The major relevance of this study is showing the utility of longer-term analyses of MIC distribution. Contemporary analyses of gonococcal AMR are frequently limited to the last decade or so [6, 9, 43]. These analyses will likely miss changes in MIC distribution that occur slowly over longer periods. In other fields (mainly environmental conservation) this short-term focus has led to what has been termed the shifting baseline syndrome, where in the absence of sufficient knowledge of historical conditions, members of each new generation accept the situation in which they are raised as normal . An important consequence of this syndrome is that it increases an individual’s tolerance of man-made environmental damage.
It is important to remember that the emergence of AMR in N. gonorrhoeae is not inevitable. Populations in countries such as the Netherlands with low rates of consumption of macrolides, quinolones and cephalosporins have correspondingly lower rates of gonococcal AMR than high consumption countries . The treatment of choice for gonorrhoea in the rural part of the Northern Territories, Australia, remains penicillin, because the prevalence of penicillin resistance here is still less than 1% .
These findings indicate that it is possible to contain the emergence of gonococcal AMR.
The fact that a unimodal distribution can re-emerge in stage 2 of a type A shift may compound the shifting baseline problem. Observers looking at a stage 2 MIC distribution in isolation may conclude that this represents a wild type distribution. Indeed, contemporary datasets are favored in the construction of epidemiological cutoffs (ECOFFs) for MICs . If one analyzes EUCAST’s ‘Antimicrobial wild type distributions of microorganisms’ gonococcal dataset with the EUCAST recommended software “ECOFFinder”, this generates an ECOFF for benzylpenicillin of 8 mg/L . Gonococcal isolates with MICs of over 1 have a high likelihood of non-response to benzylpenicillin therapy  which illustrates why it is not meaningful to try to find penicillin ECOFFs for contemporary gonococcal populations that have experienced right shifting of their MICs. Evaluating ECOFFs from the pre-penicillin populations would however be more appropriate. Following our historical methodology, the EUCAST ECOFF MIC distribution would be characterized as having undergone a type A, stage 3 shift. Likely because more recent datasets are favored in the EUCAST dataset, the older MIC distributions, such as those from 1945 (Fig. 3), are not included in this distribution.

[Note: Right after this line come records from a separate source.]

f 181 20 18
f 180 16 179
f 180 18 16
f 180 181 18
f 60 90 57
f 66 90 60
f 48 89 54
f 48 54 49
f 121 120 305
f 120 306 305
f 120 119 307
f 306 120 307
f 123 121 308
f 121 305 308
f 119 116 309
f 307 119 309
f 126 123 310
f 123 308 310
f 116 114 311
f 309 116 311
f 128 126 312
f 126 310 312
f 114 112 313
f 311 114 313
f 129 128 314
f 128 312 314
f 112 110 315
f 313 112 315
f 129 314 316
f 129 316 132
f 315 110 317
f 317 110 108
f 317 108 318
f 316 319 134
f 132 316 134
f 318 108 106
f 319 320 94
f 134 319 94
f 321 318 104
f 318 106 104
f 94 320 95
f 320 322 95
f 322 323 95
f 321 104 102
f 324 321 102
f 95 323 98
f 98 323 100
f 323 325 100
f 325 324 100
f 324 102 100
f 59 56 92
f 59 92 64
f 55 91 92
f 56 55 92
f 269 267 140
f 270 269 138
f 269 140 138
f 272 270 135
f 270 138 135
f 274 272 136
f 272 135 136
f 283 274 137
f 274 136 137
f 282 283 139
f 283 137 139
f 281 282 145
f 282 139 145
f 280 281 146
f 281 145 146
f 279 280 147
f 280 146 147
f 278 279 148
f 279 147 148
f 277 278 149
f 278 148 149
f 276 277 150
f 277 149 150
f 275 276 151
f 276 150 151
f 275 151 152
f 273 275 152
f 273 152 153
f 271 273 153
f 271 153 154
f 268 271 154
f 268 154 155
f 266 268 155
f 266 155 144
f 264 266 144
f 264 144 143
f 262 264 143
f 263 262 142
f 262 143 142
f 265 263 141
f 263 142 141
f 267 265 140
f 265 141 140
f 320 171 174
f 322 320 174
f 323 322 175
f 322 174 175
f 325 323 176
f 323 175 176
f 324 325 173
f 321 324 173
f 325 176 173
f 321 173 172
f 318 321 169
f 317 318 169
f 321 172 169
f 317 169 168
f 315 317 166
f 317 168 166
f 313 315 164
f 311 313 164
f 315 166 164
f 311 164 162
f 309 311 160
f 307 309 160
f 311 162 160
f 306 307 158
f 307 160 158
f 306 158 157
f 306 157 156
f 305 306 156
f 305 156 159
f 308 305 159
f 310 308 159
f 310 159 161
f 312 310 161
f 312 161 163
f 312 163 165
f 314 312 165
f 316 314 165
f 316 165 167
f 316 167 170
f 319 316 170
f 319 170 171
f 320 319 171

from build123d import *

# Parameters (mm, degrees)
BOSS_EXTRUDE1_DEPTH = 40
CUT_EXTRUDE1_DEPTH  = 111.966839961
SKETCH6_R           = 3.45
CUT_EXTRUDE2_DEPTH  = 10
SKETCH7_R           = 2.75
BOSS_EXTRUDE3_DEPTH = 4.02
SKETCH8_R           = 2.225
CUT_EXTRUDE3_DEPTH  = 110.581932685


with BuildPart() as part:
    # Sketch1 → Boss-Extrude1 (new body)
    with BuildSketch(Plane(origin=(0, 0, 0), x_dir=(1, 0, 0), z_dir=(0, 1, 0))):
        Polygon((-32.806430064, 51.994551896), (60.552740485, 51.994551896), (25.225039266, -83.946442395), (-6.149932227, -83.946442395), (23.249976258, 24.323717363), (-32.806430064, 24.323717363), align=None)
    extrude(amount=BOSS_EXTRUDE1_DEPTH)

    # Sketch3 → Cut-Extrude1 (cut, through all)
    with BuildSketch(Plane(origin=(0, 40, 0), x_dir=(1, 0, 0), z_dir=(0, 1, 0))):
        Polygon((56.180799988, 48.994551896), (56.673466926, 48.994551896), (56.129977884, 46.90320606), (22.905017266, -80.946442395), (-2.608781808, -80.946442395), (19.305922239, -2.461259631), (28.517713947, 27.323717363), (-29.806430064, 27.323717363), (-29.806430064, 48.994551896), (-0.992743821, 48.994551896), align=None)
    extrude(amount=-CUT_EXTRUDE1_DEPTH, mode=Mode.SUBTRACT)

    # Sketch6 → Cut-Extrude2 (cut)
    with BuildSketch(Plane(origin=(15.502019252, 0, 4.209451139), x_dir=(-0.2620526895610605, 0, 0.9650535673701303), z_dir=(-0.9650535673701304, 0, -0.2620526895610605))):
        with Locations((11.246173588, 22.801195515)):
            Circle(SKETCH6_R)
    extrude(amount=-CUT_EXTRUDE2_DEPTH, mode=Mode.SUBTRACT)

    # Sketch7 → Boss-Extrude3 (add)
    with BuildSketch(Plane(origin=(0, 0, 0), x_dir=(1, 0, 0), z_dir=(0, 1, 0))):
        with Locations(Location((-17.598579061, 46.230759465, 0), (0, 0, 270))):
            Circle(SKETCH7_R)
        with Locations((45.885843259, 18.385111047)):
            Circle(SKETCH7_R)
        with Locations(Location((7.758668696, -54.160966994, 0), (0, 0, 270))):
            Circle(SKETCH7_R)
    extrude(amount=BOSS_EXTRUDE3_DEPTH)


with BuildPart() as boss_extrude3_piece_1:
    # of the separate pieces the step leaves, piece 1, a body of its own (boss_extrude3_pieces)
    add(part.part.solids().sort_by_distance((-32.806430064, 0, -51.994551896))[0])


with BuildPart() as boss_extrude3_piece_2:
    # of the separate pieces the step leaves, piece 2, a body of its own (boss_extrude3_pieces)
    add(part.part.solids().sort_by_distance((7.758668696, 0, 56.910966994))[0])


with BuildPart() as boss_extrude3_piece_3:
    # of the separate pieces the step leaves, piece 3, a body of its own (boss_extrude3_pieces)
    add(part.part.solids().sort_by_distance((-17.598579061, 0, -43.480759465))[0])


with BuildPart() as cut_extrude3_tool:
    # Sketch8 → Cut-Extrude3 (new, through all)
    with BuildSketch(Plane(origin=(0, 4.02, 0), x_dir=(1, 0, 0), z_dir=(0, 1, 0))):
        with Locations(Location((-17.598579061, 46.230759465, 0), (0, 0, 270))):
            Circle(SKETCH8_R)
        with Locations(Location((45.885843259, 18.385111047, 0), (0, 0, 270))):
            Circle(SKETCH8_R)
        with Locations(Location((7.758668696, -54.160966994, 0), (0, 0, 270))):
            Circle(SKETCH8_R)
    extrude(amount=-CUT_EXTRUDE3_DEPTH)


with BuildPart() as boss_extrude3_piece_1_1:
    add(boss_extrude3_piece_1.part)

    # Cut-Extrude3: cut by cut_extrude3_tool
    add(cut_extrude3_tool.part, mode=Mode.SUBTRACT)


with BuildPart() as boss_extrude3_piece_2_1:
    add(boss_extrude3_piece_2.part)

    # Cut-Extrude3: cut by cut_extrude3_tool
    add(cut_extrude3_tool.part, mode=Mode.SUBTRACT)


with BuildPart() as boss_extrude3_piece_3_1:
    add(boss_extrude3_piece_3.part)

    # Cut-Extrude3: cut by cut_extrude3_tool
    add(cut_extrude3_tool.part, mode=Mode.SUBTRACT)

Further studies could analyze what mechanisms underpin the elimination of highly susceptible strains, what the correlates are of populations that have undergone a stage 3 as opposed to a stage 1 or 2, type A shift in penicillin/other antimicrobial AMR. Can this all be explained by differential antimicrobial exposure? If so are there thresholds of consumption that populations should aim to not exceed ? Which gonococcal genotypes/genogroups have been driven extinct in populations with stage 2 and 3 shifts? Is this mirrored by a similar extinction in susceptible strains in commensal species? Finally, it may be useful to investigate if this process has played a role in the reduction in diversity of the gut microbiome in Western populations [46, 47].